The market is actually pricing an average scenario, is not pricing a recession, is not pricing a growth resumption of the economy. It is very undecided, and every new coming data will clarify the market picture and will indicate the market direction.
Market uncertainty can be seen in the first chart that shows the Global PMI (The Purchasing Managers' Index consists of a diffusion index that summarizes whether market conditions, as viewed by purchasing managers, are expanding >50, staying the same =50, or contracting <50) and the China PMI. The blue line indicates the Global one that in the last period has stabilised below 50 which is slightly encouraging, but it may be due to China reopening that is very strong. At the same time, in Chart 2, the recession risk is rising, it has touched the 20% mark. Since the ‘80s there has always been a recession (except once, 2011) after the indicator exceeded 20%.
Another important indicator to monitoring before a possible recession is the index of the banks’ lending standards, the conditions necessary to obtain a loan. Currently these standards have reached levels similar to those that preceded previous recessions (Chart 3).
When these standards rise, is more difficult for Businesses and Households obtain a loan or a mortgage, consequently, investments (CAPEX) drop as shown in Chart 4.
As we discussed last year the spread between the 10 and the 2 years is negative, currently is at the lowest level since ‘80s. Whenever we reached this level a recession has always ensued 18-24 months after. The possibility of recession is second half ’23 – first quarter ’24 (Chart 5).
There are some positive aspects, the first is on PMI, over 70% of countries are showing positive month over month PMI change and this could signal that the bottom has been reached and there may be a stabilisation or further improvement. As mentioned above, much will depend on China.
The very positive data is the services PMI (Chart 6), which is green everywhere besides the US, but US has a strong positive month over month change. We are still growing on the services side.
The other aspect are the bank deposits (Chart 7) of Households that are much above the trend and this could support consumption for several months.
This increase over trend was driven thanks to pandemic relief and the strength of the labour market. Chart 8 shows the reasons for the robustness of the labour market. The main drivers are inflation (orange) and employment dynamics (red). Since the outbreak of the pandemic there have been major changes within the US employment dynamics such as: lowering the average age due to retirement, skill level increased baby boomers and part-time job at an all-time low. The latter phenomenon occurred due to economic reasons; it pushed average wage growth even higher and reduced the difference in wage growth between full-time and part-time to minimal levels (Chart 9), hence keeping nominal wage growth strong.
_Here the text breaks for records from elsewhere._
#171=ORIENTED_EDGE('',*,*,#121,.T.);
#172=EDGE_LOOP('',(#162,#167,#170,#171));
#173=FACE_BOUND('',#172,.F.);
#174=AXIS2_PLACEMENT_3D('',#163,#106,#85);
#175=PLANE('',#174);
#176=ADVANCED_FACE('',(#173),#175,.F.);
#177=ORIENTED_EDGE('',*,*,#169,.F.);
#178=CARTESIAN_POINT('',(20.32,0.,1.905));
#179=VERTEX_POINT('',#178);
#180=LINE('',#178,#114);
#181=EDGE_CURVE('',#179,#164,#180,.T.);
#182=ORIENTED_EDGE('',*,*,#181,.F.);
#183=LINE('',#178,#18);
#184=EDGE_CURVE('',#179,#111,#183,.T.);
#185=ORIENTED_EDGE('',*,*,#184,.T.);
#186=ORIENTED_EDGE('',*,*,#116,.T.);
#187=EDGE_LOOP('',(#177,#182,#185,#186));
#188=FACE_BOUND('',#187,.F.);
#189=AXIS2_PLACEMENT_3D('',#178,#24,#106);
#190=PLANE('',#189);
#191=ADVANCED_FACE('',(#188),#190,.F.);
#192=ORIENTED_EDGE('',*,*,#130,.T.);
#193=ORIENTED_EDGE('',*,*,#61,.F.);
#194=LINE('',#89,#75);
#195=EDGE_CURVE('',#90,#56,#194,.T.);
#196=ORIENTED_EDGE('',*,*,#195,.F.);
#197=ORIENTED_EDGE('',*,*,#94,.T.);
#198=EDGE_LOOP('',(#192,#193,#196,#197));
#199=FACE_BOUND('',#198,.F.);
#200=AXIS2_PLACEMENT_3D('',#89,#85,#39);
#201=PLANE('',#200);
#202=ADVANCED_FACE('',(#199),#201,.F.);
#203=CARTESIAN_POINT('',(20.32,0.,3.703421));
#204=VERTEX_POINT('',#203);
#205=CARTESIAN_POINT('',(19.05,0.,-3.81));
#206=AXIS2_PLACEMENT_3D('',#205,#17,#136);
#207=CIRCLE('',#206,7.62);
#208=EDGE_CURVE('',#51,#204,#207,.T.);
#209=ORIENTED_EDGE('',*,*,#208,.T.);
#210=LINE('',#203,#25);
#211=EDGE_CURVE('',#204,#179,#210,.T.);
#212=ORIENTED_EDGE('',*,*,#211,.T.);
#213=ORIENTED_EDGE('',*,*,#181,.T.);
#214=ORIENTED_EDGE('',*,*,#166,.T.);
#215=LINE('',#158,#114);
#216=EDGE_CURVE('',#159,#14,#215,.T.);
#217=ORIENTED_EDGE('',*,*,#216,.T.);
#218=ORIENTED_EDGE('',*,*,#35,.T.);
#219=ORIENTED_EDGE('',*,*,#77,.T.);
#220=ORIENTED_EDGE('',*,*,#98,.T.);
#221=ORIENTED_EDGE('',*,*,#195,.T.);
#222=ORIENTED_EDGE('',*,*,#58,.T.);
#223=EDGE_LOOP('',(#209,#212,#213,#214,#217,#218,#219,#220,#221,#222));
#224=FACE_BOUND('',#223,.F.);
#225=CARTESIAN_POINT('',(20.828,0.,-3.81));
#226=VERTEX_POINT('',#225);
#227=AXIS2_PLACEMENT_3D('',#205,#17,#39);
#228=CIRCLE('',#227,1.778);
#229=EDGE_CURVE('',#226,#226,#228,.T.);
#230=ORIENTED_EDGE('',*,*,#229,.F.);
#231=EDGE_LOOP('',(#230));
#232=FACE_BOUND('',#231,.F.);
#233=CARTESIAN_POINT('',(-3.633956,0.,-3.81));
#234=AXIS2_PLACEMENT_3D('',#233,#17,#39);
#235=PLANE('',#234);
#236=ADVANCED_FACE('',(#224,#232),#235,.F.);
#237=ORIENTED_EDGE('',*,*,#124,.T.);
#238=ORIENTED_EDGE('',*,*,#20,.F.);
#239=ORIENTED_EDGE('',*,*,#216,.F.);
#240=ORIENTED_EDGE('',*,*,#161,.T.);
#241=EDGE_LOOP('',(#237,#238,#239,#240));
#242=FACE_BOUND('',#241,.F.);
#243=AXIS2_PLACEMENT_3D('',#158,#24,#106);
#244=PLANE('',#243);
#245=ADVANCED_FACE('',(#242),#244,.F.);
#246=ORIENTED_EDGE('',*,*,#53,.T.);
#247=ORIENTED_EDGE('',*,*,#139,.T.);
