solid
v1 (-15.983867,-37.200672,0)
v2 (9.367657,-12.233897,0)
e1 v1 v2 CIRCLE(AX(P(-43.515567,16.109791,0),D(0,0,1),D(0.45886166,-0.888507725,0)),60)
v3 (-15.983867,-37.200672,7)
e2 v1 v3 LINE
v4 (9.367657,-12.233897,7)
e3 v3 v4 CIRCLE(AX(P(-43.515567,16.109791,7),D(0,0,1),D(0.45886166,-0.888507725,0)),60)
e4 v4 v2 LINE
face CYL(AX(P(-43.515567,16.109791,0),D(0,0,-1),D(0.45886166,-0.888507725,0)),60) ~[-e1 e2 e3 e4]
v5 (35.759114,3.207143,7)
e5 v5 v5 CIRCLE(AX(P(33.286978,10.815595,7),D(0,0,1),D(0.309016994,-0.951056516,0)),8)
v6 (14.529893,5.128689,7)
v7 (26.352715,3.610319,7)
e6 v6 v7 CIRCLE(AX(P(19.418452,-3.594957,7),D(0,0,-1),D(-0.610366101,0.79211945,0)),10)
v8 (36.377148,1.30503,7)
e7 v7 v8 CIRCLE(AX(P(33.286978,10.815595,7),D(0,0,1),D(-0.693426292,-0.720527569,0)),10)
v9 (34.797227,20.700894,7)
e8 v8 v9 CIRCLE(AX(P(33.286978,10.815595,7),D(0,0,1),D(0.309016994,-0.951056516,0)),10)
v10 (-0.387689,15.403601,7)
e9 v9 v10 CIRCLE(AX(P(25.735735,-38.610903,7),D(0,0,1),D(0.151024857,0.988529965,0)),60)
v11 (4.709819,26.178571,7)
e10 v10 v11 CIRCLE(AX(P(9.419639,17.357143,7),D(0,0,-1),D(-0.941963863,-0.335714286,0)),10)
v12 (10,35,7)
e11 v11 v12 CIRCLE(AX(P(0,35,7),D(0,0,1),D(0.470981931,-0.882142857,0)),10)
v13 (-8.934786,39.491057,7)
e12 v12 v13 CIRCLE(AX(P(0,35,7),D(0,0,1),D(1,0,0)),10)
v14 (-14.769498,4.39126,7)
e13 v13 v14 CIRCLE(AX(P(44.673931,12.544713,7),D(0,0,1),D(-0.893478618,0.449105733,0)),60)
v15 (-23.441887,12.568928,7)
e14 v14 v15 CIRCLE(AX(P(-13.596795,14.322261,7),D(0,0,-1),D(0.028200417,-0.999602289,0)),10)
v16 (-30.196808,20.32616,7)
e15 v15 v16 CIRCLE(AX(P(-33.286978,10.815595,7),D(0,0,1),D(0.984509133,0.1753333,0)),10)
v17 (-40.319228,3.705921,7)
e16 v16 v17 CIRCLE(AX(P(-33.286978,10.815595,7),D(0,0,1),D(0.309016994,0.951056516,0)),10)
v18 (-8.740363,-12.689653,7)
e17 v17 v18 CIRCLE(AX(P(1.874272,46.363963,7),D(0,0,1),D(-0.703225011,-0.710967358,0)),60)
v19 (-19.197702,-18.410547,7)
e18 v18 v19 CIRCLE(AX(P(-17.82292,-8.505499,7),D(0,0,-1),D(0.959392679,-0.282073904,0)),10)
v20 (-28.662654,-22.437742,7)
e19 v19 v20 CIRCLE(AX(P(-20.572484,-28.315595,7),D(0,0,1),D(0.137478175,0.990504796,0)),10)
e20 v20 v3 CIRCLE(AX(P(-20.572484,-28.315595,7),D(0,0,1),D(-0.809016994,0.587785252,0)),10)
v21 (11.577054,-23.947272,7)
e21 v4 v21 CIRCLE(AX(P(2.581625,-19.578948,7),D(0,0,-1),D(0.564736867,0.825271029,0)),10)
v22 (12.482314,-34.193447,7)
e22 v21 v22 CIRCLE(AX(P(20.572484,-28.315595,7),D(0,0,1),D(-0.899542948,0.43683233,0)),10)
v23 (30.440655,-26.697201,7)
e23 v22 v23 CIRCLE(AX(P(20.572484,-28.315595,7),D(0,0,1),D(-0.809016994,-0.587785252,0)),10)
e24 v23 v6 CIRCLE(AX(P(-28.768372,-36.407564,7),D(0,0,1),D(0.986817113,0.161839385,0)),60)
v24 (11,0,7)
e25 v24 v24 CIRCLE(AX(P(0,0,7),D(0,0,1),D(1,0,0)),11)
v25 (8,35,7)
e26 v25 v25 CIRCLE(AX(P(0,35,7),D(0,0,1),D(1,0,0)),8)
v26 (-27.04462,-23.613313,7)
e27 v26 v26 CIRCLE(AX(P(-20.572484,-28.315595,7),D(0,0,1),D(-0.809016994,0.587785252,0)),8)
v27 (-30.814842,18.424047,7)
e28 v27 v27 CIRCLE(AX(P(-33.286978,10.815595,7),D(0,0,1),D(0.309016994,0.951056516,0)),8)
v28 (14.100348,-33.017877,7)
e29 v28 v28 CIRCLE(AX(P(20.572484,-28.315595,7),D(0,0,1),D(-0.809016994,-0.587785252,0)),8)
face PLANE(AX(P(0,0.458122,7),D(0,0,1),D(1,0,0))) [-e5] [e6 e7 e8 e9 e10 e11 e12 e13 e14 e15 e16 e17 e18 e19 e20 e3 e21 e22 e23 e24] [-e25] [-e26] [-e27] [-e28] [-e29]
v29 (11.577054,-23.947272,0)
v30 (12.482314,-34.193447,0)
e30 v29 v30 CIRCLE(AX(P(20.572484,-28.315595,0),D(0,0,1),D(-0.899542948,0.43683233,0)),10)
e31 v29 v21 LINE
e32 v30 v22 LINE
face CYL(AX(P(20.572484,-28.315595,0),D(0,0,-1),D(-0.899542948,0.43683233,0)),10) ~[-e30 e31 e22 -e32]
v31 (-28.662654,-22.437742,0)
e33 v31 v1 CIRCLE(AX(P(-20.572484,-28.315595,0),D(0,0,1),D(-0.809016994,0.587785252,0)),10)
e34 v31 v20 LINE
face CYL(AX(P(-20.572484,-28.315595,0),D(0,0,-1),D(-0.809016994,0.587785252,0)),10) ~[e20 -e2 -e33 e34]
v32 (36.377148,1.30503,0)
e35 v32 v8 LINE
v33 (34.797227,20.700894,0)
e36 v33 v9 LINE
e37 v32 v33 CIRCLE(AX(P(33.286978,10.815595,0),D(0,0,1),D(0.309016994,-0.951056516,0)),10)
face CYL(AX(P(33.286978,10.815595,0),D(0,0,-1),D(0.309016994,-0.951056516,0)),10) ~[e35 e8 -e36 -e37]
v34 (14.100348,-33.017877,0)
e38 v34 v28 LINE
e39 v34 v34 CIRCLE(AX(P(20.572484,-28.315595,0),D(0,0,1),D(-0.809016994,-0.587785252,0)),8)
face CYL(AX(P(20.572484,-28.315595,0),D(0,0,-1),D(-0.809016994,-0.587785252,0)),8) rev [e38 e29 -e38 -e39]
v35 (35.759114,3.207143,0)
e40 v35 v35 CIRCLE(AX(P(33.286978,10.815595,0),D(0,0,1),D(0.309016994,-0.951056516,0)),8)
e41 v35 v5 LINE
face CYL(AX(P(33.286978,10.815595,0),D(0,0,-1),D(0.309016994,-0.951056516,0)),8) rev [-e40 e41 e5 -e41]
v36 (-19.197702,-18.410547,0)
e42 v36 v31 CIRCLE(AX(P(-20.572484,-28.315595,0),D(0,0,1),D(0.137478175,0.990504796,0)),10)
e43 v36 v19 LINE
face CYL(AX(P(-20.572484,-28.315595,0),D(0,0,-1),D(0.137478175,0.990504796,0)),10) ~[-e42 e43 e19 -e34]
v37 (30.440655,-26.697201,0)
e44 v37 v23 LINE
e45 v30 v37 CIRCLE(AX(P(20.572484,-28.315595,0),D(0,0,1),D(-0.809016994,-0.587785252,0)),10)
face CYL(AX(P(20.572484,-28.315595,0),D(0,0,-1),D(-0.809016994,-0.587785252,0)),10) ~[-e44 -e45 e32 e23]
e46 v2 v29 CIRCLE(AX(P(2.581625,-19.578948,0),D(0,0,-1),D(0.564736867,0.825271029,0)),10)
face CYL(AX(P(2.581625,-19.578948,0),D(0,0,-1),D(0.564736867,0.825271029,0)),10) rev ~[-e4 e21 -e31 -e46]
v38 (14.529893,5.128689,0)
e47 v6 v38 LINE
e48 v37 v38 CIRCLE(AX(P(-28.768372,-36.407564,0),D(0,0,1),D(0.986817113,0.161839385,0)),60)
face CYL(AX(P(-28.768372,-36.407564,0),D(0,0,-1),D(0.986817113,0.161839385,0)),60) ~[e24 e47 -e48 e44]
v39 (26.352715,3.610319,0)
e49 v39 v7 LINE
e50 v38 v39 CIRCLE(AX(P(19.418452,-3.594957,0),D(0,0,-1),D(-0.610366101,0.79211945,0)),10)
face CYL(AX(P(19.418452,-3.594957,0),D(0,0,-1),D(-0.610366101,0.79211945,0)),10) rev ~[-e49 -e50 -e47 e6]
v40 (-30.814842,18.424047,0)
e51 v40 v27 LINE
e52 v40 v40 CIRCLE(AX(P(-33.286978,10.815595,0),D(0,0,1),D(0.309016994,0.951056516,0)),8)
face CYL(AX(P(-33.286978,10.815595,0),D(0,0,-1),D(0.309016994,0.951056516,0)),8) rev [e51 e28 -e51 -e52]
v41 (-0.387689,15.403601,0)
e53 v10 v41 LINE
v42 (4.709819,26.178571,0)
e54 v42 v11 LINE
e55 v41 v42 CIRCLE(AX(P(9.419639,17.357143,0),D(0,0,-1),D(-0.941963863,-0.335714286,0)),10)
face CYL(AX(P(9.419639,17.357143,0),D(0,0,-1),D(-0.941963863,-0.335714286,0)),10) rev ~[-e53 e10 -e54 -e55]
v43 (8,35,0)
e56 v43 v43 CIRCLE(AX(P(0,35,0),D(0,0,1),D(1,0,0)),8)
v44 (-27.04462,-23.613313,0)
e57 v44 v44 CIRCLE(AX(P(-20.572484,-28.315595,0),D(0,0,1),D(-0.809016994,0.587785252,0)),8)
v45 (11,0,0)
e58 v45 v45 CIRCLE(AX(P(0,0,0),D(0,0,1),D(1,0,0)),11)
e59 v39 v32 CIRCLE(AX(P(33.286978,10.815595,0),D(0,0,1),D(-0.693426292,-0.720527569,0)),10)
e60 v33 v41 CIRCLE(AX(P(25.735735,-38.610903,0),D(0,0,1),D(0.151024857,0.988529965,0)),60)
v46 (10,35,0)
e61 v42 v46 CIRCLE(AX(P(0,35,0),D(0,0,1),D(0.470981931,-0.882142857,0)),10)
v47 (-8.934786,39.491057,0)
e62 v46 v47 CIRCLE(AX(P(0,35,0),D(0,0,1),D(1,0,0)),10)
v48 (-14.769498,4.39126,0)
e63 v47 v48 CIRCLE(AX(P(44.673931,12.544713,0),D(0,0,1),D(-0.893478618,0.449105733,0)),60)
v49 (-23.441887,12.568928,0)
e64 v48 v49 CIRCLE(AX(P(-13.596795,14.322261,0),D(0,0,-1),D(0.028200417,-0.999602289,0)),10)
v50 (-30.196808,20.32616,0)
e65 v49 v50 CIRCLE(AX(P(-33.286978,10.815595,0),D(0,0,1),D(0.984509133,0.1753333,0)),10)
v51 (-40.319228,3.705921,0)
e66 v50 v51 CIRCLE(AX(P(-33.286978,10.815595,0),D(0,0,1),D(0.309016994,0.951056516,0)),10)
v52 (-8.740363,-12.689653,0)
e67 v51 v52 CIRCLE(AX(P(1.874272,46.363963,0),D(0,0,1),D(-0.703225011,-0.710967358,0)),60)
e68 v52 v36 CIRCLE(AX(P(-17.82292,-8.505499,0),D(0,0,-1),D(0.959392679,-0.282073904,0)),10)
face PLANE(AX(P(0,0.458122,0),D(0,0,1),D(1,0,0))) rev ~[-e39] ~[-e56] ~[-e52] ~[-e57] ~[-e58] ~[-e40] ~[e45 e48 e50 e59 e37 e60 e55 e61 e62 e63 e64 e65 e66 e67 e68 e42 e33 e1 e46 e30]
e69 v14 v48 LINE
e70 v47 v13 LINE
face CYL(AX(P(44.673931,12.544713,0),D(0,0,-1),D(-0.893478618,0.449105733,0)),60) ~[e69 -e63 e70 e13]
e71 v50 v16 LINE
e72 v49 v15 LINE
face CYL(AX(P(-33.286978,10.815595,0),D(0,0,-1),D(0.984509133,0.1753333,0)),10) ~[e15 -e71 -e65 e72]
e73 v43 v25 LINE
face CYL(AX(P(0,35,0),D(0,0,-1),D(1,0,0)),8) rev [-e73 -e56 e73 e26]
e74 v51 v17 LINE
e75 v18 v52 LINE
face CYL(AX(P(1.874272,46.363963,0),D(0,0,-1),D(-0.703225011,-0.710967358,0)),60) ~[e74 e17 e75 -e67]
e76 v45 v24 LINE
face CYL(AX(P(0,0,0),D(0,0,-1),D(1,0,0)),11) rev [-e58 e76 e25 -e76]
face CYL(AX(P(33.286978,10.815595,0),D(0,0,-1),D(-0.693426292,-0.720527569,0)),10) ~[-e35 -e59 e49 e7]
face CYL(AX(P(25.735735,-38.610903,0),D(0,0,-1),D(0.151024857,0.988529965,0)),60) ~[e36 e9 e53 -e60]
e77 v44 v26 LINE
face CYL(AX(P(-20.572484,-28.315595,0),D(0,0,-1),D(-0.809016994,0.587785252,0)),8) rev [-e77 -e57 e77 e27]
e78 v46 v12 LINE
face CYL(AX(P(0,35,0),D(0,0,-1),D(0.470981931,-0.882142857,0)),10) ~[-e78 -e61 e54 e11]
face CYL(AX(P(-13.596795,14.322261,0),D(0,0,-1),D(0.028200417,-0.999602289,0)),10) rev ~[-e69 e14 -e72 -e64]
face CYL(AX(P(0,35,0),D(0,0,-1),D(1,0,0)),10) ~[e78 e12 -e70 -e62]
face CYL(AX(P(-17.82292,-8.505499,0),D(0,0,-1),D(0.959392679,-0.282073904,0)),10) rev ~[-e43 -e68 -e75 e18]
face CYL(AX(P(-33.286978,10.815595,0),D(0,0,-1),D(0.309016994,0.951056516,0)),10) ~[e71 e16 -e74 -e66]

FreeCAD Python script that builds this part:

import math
import FreeCAD as App
import Part
import Sketcher

V = App.Vector
Q = App.Units.Quantity

doc = App.newDocument("Part")
body = doc.addObject("PartDesign::Body", "Body")

# Sketch on XY plane
sketch1 = body.newObject("Sketcher::SketchObject", "Sketch")
sketch1.AttachmentSupport = (doc.getObject("XY_Plane"), [""])
sketch1.MapMode = "FlatFace"
sketch1.addGeometry(Part.ArcOfCircle(Part.Circle(V(0, 0, 0), V(0, 0, 1), 14), math.radians(180), math.radians(360)), False)
sketch1.addGeometry(Part.ArcOfCircle(Part.Circle(V(0, 0, 0), V(0, 0, 1), 14), math.radians(0), math.radians(90)), False)
sketch1.addGeometry(Part.ArcOfCircle(Part.Circle(V(9.419639, 17.357143, 0), V(0, 0, 1), 10), math.radians(118.098055), math.radians(199.615979)), False)
sketch1.addGeometry(Part.ArcOfCircle(Part.Circle(V(0, 35, 0), V(0, 0, 1), 10), math.radians(-61.901945), math.radians(0)), False)
sketch1.addGeometry(Part.ArcOfCircle(Part.Circle(V(0, 35, 0), V(0, 0, 1), 10), math.radians(0), math.radians(153.313677)), False)
sketch1.addGeometry(Part.ArcOfCircle(Part.Circle(V(44.673931, 12.544713, 0), V(0, 0, 1), 60), math.radians(153.313677), math.radians(192.068359)), False)
sketch1.addGeometry(Part.Circle(V(0, 0, 0), V(0, 0, 1), 11), False)
sketch1.addGeometry(Part.Circle(V(0, 35, 0), V(0, 0, 1), 8), False)
sketch1.addConstraint(Sketcher.Constraint("Tangent", 0, 2, 1, 1))
sketch1.addConstraint(Sketcher.Constraint("Coincident", 1, 2, 2, 2))
sketch1.addConstraint(Sketcher.Constraint("Tangent", 2, 1, 3, 1))
sketch1.addConstraint(Sketcher.Constraint("Tangent", 3, 2, 4, 1))
sketch1.addConstraint(Sketcher.Constraint("Tangent", 4, 2, 5, 1))
sketch1.addConstraint(Sketcher.Constraint("Coincident", 5, 2, 0, 1))
sketch1.addConstraint(Sketcher.Constraint("Coincident", 0, 3, -1, 1))
sketch1.addConstraint(Sketcher.Constraint("Coincident", 6, 3, -1, 1))
sketch1.addConstraint(Sketcher.Constraint("Coincident", 7, 3, 3, 3))
sketch1.addConstraint(Sketcher.Constraint("Equal", 0, 1))
sketch1.addConstraint(Sketcher.Constraint("Equal", 2, 3))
Looking forward, the Kansas City FED in a recent research published a picture (Chart 10) of the Labour Market Condition Indicator (LMCI) which is a proprietary indicator that they have built using 24 different indicators. It shows that when the index turns negative wage growth starts to decelerate. Since last month the line is in negative territory, so probably, in next few quarters we will see a weaker job market.
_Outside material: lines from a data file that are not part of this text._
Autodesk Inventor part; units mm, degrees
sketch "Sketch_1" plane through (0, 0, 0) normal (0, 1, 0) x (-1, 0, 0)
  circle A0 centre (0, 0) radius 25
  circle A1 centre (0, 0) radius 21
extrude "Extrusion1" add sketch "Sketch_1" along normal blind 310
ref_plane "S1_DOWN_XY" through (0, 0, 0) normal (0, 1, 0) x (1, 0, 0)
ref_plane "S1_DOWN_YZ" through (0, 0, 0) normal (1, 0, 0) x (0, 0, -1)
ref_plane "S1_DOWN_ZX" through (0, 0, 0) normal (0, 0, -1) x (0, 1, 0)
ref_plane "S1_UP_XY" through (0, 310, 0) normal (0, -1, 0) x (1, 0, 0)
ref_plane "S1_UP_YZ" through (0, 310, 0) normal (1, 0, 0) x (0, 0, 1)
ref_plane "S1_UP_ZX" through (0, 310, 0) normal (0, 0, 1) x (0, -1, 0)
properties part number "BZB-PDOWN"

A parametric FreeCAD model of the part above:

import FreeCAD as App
import Part
import Sketcher

V = App.Vector
Q = App.Units.Quantity

doc = App.newDocument("Part")
body = doc.addObject("PartDesign::Body", "Body")

sketch1 = doc.addObject("Sketcher::SketchObject", "Sketch")
body.addObject(sketch1)
sketch1.AttachmentSupport = (doc.XZ_Plane, [""])
sketch1.MapMode = "FlatFace"
sketch1.addGeometry(Part.Circle(V(0, 0, 0), V(0, 0, 1), 25), False)
sketch1.addGeometry(Part.Circle(V(0, 0, 0), V(0, 0, 1), 21), False)
sketch1.addConstraint(Sketcher.Constraint("Coincident", 0, 3, -1, 1))
sketch1.addConstraint(Sketcher.Constraint("Coincident", 1, 3, -1, 1))
sketch1.addConstraint(Sketcher.Constraint("Diameter", 0, Q("50 mm")))
sketch1.addConstraint(Sketcher.Constraint("Diameter", 1, Q("42 mm")))
pad1 = doc.addObject("PartDesign::Pad", "Pad")
body.addObject(pad1)
pad1.Profile = sketch1
pad1.Length = 310
pad1.Reversed = True

doc.recompute()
Shifting the focus to corporate balance sheets, here too we can see a strong impact generated in part by pandemic relief and strongly by the record-low interest rates that have characterised recent years. The Chart 11 shows the explosion of Corporate Margins, which, however, with the massive FED’s monetary tightening will revert to the mean in the coming years.
Finally, on the Housing market we have reached the worst affordability level according to Goldman Sachs (Chart 12) and the percentage of the Household income that is been used to finance a mortgage is close to an all-time high (Chart 13). This is a big drag in term of home demand, currently the housing market is completely frozen and, as we said last month, only low rates and/or lower house prices can change the situation.
To conclude and emphasise once again how directionless and governed by uncertainty the market is, let us focus on these two pictures.
The first Chart (14) shows the Valuation Spreads within the sectors, it says that sectors are priced as if we are chugging along, when Intra-Sector valuation spreads are around the historical average level, it means that the status-quo is generally priced-in. It looks to us as if there is no clear opportunity at the aggregate level.
The second Chart (15) shows the Expected Return in the market. The red line is the median, we are basically sitting at around the fair valuations across sectors. The Expected Return average for each sector is around 0, which means market is at fair value.